Senior School | Sixth Form

01 February 2019

Don't know what to read next? Stuck reading the same books over and over? Want a suggestion you can trust? These top picks will include books from all genres, new or old and are hand-picked by the librarian to pique your interest. The best bit is they are all available in the school library.

We Are Displaced – by Malala Yousafzai – suitable for all
Malala's experiences visiting refugee camps caused her to reconsider her own displacement - first as an Internally Displaced Person when she was a young child in Pakistan, and then as an international activist who could travel anywhere in the world, except to the home she loved. In We Are Displaced, which is part memoir, part communal storytelling, Malala not only explores her own story of adjusting to a new life while longing for home, but she also shares the personal stories of some of the incredible girls she has met on her various journeys - girls who have lost their community, relatives, and often the only world they've ever known.

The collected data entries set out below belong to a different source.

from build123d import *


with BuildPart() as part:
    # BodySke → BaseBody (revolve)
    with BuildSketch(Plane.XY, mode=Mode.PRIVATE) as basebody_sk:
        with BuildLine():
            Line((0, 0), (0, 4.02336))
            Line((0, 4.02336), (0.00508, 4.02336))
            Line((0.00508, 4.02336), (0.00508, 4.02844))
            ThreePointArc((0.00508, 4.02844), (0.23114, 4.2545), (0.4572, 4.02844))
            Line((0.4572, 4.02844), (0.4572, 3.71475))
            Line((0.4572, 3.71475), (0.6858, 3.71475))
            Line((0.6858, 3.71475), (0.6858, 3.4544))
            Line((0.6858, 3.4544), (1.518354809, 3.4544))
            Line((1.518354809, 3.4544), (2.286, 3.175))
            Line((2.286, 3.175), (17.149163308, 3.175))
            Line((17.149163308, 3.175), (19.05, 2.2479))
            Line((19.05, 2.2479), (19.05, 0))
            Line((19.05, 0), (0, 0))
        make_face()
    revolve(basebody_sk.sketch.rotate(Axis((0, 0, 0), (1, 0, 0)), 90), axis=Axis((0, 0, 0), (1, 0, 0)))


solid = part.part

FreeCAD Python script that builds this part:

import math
import FreeCAD as App
import Part
import Sketcher
from FreeCAD import Vector
Q = App.Units.Quantity

doc = App.newDocument("Part")
params = doc.addObject("Spreadsheet::Sheet", "Params")
for row, (alias, value) in enumerate([
    ("sketch1_width", "0.75 in"),
    ("sketch1_width2", "0.009 in"),
    ("revolution_angle", "360 deg"),
], start=1):
    params.set(f"A{row}", alias)
    params.set(f"B{row}", "=" + value)
    params.setAlias(f"B{row}", alias)

body = doc.addObject("PartDesign::Body", "Body")

# Sketch on XY plane
sketch1 = body.newObject("Sketcher::SketchObject", "Sketch")
sketch1.AttachmentSupport = (doc.getObject("XY_Plane"), [""])
sketch1.MapMode = "FlatFace"
sketch1.addGeometry([
    Part.LineSegment(Vector(0, 4.023, 0), Vector(0, 0, 0)),  # 0
    Part.LineSegment(Vector(0, 0, 0), Vector(19.05, 0, 0)),  # 1
    Part.LineSegment(Vector(19.05, 0, 0), Vector(19.05, 2.248, 0)),  # 2
    Part.LineSegment(Vector(19.05, 2.248, 0), Vector(17.149, 3.175, 0)),  # 3
    Part.LineSegment(Vector(17.149, 3.175, 0), Vector(2.286, 3.175, 0)),  # 4
    Part.LineSegment(Vector(2.286, 3.175, 0), Vector(1.518, 3.454, 0)),  # 5
    Part.LineSegment(Vector(1.518, 3.454, 0), Vector(0.686, 3.454, 0)),  # 6
    Part.LineSegment(Vector(0.686, 3.454, 0), Vector(0.686, 3.715, 0)),  # 7
    Part.LineSegment(Vector(0.686, 3.715, 0), Vector(0.457, 3.715, 0)),  # 8
    Part.LineSegment(Vector(0.457, 3.715, 0), Vector(0.457, 4.028, 0)),  # 9
    Part.ArcOfCircle(Part.Circle(Vector(0.231, 4.028, 0), Vector(0, 0, 1), 0.226), math.radians(0), math.radians(180)),  # 10
    Part.LineSegment(Vector(0.005, 4.028, 0), Vector(0.005, 4.023, 0)),  # 11
    Part.LineSegment(Vector(0.005, 4.023, 0), Vector(0, 4.023, 0)),  # 12
], False)
sketch1.addConstraint([
    Sketcher.Constraint("Coincident", 0, 2, 1, 1),
    Sketcher.Constraint("Coincident", 1, 2, 2, 1),
    Sketcher.Constraint("Coincident", 2, 2, 3, 1),
    Sketcher.Constraint("Coincident", 3, 2, 4, 1),
    Sketcher.Constraint("Coincident", 4, 2, 5, 1),
    Sketcher.Constraint("Coincident", 5, 2, 6, 1),
    Sketcher.Constraint("Coincident", 6, 2, 7, 1),
    Sketcher.Constraint("Coincident", 7, 2, 8, 1),
    Sketcher.Constraint("Coincident", 8, 2, 9, 1),
    Sketcher.Constraint("Tangent", 9, 2, 10, 1),
    Sketcher.Constraint("Tangent", 10, 2, 11, 1),
    Sketcher.Constraint("Coincident", 11, 2, 12, 1),
    Sketcher.Constraint("Coincident", 12, 2, 0, 1),
    Sketcher.Constraint("Vertical", 0),
    Sketcher.Constraint("Horizontal", 1),
    Sketcher.Constraint("Vertical", 2),
    Sketcher.Constraint("Horizontal", 4),
    Sketcher.Constraint("Horizontal", 6),
    Sketcher.Constraint("Vertical", 7),
    Sketcher.Constraint("Horizontal", 8),
    Sketcher.Constraint("Vertical", 9),
    Sketcher.Constraint("Vertical", 11),
    Sketcher.Constraint("Horizontal", 12),
    Sketcher.Constraint("Coincident", 0, 2, -1, 1),
    Sketcher.Constraint("Equal", 12, 11),
    Sketcher.Constraint("Angle", 3, Q("154 deg")),
    Sketcher.Constraint("Angle", 5, Q("160 deg")),
    Sketcher.Constraint("DistanceX", 1, 1, 1, 2, Q("0.75 in")),
    Sketcher.Constraint("Radius", 10, Q("0.0089 in")),
    Sketcher.Constraint("DistanceX", 8, 2, 8, 1, Q("0.009 in")),
    Sketcher.Constraint("DistanceX", -1, 1, 4, 2, Q("0.09 in")),
    Sketcher.Constraint("DistanceX", 12, 2, 12, 1, Q("0.0002 in")),
    Sketcher.Constraint("DistanceY", 0, 2, 0, 1, Q("0.1584 in")),
    Sketcher.Constraint("DistanceY", 2, 1, 2, 2, Q("0.0885 in")),
    Sketcher.Constraint("DistanceY", -1, 1, 3, 2, Q("0.125 in")),
    Sketcher.Constraint("DistanceY", -1, 1, 5, 2, Q("0.136 in")),
    Sketcher.Constraint("DistanceY", 7, 1, 7, 2, Q("0.26035 mm")),
])
sketch1.setExpression("Constraints[27]", "Params.sketch1_width")
sketch1.setExpression("Constraints[29]", "Params.sketch1_width2")
revolution = body.newObject("PartDesign::Revolution", "Revolution")
revolution.Profile = sketch1
revolution.ReferenceAxis = (sketch1, ["H_Axis"])
revolution.setExpression("Angle", "Params.revolution_angle")

doc.recompute()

The Wall – John Lanchester – suitable for all
Kavanagh begins his life patrolling the Wall. If he's lucky, if nothing goes wrong, he only has two years of this, 729 more nights. The best thing that can happen is that he survives and gets off the Wall and never has to spend another day of his life anywhere near it. He longs for this to be over; longs to be somewhere else. He will soon find out what Defenders do and who the Others are. Along with the rest of his squad, he will endure cold and fear day after day, night after night. But somewhere, in the dark cave of his mind, he thinks: wouldn't it be interesting if something did happen, if they came, if you had to fight for your life? John Lanchester's thrilling, hypnotic new novel is about why the young are right to hate the old. It's about a broken world you will recognise as your own - and about what might be found when all is lost.

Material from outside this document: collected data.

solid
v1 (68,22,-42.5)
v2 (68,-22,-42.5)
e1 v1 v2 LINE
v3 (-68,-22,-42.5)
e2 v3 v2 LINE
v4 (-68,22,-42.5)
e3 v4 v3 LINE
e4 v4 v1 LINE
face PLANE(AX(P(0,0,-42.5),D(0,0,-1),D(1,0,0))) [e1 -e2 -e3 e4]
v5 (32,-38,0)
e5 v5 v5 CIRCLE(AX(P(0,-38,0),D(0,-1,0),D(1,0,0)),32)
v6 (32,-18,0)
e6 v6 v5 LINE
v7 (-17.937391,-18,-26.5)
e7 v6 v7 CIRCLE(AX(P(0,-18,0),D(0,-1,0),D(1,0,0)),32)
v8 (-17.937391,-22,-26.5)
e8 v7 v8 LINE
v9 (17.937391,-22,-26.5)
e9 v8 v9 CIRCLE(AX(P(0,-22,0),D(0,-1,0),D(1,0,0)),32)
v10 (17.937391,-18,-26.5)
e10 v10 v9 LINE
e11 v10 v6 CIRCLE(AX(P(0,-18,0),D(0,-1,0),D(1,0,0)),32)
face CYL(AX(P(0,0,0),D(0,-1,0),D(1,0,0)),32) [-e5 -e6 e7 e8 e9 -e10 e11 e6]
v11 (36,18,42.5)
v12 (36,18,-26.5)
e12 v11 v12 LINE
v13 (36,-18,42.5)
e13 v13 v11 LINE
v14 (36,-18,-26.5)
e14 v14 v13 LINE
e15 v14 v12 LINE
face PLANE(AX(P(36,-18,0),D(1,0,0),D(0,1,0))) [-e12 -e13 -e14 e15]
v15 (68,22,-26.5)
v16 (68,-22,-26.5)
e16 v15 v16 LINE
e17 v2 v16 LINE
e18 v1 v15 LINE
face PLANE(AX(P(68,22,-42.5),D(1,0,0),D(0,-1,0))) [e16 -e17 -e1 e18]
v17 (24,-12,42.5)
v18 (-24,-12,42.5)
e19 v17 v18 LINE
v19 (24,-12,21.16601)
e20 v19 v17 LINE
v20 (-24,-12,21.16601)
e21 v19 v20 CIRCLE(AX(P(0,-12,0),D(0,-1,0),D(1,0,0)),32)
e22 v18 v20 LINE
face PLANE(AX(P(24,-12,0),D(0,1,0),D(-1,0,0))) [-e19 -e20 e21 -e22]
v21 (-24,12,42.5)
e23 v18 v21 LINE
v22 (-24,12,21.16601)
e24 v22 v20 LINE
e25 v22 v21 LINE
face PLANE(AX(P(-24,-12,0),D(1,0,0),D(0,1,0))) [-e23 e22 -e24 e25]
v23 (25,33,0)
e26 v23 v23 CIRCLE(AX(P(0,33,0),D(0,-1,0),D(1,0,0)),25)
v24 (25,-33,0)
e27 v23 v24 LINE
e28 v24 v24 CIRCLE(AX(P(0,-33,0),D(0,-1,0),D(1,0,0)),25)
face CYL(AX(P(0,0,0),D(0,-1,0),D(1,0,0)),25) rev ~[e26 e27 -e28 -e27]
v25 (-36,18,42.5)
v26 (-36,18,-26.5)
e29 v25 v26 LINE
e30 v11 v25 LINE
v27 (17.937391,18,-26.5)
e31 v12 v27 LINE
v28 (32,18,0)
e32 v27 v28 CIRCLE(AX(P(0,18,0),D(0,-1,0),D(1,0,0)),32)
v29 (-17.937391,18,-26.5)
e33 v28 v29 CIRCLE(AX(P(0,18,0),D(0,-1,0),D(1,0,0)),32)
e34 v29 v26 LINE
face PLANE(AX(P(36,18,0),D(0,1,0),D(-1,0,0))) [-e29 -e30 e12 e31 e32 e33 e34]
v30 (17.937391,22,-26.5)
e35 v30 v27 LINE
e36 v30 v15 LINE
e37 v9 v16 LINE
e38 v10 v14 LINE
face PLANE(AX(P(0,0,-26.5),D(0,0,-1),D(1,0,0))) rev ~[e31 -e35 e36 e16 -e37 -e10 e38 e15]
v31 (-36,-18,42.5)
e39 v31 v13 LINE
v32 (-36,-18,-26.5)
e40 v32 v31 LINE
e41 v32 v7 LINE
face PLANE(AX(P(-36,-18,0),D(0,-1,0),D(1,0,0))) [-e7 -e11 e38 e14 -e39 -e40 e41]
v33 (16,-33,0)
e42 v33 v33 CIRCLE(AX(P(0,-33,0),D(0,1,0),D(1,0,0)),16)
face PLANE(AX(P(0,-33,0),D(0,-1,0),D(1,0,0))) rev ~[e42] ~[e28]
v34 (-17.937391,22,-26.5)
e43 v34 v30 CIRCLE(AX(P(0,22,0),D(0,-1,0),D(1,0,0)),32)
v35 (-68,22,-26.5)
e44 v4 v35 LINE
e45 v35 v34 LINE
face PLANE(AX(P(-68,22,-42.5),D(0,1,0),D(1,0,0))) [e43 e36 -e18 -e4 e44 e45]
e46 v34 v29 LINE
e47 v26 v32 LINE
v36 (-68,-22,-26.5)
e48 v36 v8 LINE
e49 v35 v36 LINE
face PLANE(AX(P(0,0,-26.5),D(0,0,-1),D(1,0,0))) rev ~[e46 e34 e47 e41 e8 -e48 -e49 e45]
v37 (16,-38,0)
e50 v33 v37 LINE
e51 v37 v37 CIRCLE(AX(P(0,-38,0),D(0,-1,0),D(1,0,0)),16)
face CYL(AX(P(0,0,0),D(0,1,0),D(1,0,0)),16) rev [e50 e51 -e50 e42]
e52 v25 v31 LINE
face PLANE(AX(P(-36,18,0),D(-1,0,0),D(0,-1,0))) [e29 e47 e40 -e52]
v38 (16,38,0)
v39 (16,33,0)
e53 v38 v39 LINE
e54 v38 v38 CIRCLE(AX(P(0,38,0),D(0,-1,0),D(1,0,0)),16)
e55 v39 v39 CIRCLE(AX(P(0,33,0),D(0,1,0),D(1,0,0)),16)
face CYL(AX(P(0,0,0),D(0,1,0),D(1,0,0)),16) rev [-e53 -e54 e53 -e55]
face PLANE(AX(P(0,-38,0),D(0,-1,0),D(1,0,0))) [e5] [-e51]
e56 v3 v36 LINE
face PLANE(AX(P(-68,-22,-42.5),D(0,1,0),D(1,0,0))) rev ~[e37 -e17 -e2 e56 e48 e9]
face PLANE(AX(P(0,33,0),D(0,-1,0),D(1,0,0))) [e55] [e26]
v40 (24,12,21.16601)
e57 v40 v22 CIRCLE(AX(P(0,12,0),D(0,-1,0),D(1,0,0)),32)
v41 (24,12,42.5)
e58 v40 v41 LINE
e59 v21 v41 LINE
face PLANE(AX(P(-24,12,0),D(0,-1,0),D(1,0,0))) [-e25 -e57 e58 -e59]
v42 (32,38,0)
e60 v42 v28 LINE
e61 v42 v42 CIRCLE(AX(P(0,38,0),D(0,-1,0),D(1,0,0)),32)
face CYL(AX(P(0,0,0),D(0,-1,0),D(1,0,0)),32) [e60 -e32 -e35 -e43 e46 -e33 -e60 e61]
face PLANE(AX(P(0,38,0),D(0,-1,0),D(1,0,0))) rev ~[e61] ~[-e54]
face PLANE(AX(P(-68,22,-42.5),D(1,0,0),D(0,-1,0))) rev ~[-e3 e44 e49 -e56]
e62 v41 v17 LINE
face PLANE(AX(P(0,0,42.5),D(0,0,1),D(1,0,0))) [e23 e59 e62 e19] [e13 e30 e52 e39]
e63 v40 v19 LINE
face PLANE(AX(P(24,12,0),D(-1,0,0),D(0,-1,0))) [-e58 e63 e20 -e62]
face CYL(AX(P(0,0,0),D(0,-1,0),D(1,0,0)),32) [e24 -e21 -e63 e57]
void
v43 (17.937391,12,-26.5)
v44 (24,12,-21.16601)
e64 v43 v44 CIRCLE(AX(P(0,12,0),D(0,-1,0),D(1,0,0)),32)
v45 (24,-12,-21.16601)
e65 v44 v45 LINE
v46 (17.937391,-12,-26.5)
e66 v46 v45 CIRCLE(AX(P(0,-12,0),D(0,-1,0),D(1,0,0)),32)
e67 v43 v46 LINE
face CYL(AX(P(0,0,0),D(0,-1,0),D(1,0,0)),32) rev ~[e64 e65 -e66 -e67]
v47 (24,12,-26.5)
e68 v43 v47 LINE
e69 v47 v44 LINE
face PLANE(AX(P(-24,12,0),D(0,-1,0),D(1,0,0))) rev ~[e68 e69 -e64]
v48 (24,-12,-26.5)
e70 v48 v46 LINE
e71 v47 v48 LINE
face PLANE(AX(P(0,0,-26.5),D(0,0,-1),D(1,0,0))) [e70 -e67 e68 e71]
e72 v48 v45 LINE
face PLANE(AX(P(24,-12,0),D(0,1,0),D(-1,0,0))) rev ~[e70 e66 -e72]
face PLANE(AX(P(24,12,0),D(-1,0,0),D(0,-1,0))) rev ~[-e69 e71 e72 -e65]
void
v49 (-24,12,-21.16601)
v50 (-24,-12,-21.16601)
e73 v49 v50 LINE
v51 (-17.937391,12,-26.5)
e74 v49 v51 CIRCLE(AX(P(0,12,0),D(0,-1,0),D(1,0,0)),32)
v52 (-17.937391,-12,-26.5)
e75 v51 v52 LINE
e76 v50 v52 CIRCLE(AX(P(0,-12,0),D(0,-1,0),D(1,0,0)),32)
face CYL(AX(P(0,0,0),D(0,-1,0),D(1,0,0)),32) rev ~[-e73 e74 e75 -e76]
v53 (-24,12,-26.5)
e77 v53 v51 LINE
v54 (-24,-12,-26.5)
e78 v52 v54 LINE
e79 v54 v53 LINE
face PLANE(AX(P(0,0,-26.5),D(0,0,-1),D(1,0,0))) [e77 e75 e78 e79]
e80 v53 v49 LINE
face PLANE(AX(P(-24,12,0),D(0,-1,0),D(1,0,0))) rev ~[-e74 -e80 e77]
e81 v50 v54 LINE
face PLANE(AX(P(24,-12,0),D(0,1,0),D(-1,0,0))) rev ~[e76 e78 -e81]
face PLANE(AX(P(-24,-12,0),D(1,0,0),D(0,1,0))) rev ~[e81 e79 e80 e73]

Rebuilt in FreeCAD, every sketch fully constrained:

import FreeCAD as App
import Part
import Sketcher
Q = App.Units.Quantity

doc = App.newDocument("Part")
params = doc.addObject("Spreadsheet::Sheet", "Params")
for row, (alias, value) in enumerate([
    ("sketch1_diameter", "64 mm"),
    ("sketch1_diameter2", "32 mm"),
    ("pad1_length", "76 mm"),
    ("sketch2_width", "72 mm"),
    ("sketch2_width2", "48 mm"),
    ("sketch2_height", "36 mm"),
    ("sketch2_height2", "24 mm"),
    ("pad2_length", "85 mm"),
    ("sketch3_diameter", "32 mm"),
    ("sketch4_width", "136 mm"),
    ("sketch4_height", "44 mm"),
    ("pad3_length", "16 mm"),
    ("sketch5_diameter", "50 mm"),
    ("pocket2_length", "66 mm"),
], start=1):
    params.set(f"A{row}", alias)
    params.set(f"B{row}", "=" + value)
    params.setAlias(f"B{row}", alias)

body = doc.addObject("PartDesign::Body", "Body")

sketch1 = body.newObject("Sketcher::SketchObject", "Sketch")
sketch1.AttachmentSupport = (doc.getObject("XZ_Plane"), [""])
sketch1.MapMode = "FlatFace"
sketch1.addGeometry(Part.Circle(App.Vector(0, 0, 0), App.Vector(0, 0, 1), 32), False)
sketch1.addGeometry(Part.Circle(App.Vector(0, 0, 0), App.Vector(0, 0, 1), 16), False)
sketch1.addConstraint(Sketcher.Constraint("Coincident", 0, 3, -1, 1))
sketch1.addConstraint(Sketcher.Constraint("Coincident", 1, 3, -1, 1))
sketch1.addConstraint(Sketcher.Constraint("Diameter", 0, Q("64 mm")))
sketch1.addConstraint(Sketcher.Constraint("Diameter", 1, Q("32 mm")))
sketch1.setExpression("Constraints[2]", "Params.sketch1_diameter")
sketch1.setExpression("Constraints[3]", "Params.sketch1_diameter2")
pad1 = body.newObject("PartDesign::Pad", "Pad")
pad1.Profile = sketch1
pad1.setExpression("Length", "Params.pad1_length")
pad1.Midplane = True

The Seven Deaths of Evelyn Hardcastle – by Stuart Turton – suitable for Year 8+
Tonight, Evelyn Hardcastle will be killed ... Again. It is meant to be a celebration but it ends in tragedy. As fireworks explode overhead, Evelyn Hardcastle, the young and beautiful daughter of the house, is killed. But Evelyn will not die just once. Until Aiden - one of the guests summoned to Blackheath for the party - can solve her murder, the day will repeat itself, over and over again. Every time ending with the fateful pistol shot. The only way to break this cycle is to identify the killer. But each time the day begins again, Aiden wakes in the body of a different guest. And someone is determined to prevent him ever escaping Blackheath...

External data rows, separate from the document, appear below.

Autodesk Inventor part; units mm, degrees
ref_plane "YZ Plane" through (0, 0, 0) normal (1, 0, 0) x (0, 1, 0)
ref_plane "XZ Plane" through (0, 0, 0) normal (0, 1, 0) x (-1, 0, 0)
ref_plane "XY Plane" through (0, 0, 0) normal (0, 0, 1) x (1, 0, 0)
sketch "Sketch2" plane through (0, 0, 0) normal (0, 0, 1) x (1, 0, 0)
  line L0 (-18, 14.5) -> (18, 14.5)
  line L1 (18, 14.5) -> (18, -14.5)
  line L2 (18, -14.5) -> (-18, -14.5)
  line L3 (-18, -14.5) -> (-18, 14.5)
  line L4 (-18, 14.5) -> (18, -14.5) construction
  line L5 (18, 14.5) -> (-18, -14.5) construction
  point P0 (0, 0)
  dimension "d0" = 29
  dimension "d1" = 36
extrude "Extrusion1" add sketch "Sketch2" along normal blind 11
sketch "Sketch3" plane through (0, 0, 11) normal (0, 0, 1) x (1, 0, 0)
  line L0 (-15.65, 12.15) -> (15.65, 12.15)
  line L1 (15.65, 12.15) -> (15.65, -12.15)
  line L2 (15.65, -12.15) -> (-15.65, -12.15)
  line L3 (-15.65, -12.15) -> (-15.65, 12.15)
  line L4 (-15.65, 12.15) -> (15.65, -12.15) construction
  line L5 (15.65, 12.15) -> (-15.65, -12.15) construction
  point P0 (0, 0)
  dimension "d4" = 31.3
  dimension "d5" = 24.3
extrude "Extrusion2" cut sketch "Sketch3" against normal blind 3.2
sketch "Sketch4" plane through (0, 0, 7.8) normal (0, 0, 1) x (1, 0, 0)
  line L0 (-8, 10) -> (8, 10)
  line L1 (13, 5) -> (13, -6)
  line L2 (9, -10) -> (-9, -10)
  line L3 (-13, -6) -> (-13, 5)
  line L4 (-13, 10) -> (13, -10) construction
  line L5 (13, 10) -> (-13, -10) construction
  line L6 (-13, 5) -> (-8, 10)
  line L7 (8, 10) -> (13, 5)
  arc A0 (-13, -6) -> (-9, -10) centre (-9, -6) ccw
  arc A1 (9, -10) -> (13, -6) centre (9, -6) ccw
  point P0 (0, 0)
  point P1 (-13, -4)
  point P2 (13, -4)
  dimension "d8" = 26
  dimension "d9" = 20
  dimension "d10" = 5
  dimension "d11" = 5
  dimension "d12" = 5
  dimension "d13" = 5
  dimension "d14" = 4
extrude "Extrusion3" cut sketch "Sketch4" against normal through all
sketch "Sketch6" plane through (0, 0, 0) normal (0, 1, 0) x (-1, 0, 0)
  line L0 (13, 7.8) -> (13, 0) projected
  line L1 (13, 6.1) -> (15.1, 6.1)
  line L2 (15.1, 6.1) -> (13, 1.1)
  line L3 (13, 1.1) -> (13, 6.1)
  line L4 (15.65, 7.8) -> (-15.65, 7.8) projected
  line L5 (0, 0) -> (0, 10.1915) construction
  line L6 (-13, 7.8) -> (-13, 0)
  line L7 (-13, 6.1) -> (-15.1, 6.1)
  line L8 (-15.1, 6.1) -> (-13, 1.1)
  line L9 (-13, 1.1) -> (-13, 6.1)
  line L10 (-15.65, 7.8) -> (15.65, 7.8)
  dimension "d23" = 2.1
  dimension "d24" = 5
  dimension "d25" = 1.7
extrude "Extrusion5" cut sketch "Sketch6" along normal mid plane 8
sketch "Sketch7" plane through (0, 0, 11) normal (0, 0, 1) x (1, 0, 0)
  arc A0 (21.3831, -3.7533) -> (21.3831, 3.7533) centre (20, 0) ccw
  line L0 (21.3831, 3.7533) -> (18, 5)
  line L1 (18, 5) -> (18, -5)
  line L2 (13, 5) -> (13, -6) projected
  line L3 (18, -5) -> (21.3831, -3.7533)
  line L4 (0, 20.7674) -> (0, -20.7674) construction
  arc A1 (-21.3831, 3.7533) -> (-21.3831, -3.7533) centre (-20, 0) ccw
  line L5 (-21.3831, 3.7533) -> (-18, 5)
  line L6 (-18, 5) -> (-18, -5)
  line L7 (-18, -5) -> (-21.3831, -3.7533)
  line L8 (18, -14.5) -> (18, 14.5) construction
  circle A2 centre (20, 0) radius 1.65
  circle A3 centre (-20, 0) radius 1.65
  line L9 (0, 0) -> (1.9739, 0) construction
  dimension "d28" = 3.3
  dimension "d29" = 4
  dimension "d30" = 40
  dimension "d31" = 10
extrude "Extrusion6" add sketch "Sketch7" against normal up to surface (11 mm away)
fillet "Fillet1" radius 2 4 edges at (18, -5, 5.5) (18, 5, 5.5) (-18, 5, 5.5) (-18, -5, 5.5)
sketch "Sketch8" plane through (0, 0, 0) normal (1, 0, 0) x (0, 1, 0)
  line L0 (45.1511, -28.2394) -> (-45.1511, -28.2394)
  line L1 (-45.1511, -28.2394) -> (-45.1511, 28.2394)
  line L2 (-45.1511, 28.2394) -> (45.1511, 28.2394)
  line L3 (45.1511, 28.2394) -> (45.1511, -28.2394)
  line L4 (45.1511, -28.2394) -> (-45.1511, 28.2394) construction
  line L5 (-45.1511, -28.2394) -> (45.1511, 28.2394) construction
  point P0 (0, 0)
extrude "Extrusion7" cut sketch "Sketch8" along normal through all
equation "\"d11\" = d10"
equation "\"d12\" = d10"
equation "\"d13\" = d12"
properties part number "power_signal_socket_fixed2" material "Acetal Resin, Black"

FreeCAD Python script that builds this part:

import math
import FreeCAD as App
import Part
import Sketcher

V = App.Vector


def edges_at(feature, points):
    """Names of the edges that pass closest to the given points."""
    edges = feature.Shape.Edges
    near = lambda p: min(range(len(edges)), key=lambda i: edges[i].distToShape(Part.Vertex(*p))[0])
    return sorted({f"Edge{near(p) + 1}" for p in points})

doc = App.newDocument("Part")
params = doc.addObject("Spreadsheet::Sheet", "Params")
for row, (alias, value) in enumerate([
    ("sketch1_width", "36 mm"),
    ("sketch1_height", "29 mm"),
    ("pad1_length", "11 mm"),
    ("sketch2_width", "31.3 mm"),
    ("sketch2_height", "24.3 mm"),
    ("pocket1_length", "3.2 mm"),
    ("sketch3_radius", "4 mm"),
    ("sketch4_height", "5 mm"),
    ("sketch4_width", "2.1 mm"),
    ("pocket3_length", "8 mm"),
    ("sketch5_radius", "4 mm"),
    ("sketch5_diameter", "3.3 mm"),
    ("sketch5_height", "10 mm"),
    ("pad2_length", "11 mm"),
    ("fillet_radius", "2 mm"),
], start=1):
    params.set(f"A{row}", alias)
    params.set(f"B{row}", "=" + value)
    params.setAlias(f"B{row}", alias)

body = doc.addObject("PartDesign::Body", "Body")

You – by Caroline Kepnes – suitable for older readers
When aspiring writer Guinevere Beck strides into the bookstore where Joe works he is instantly smitten. But there's more to Joe than Beck realises and much more to Beck than her perfect facade. And the obsessive relationship quickly spirals into a whirlwind of deadly consequences... A chilling account of unrelenting, terrifying deceit, You is a thriller more perversely clever and dangerously twisted than any YOU have ever read.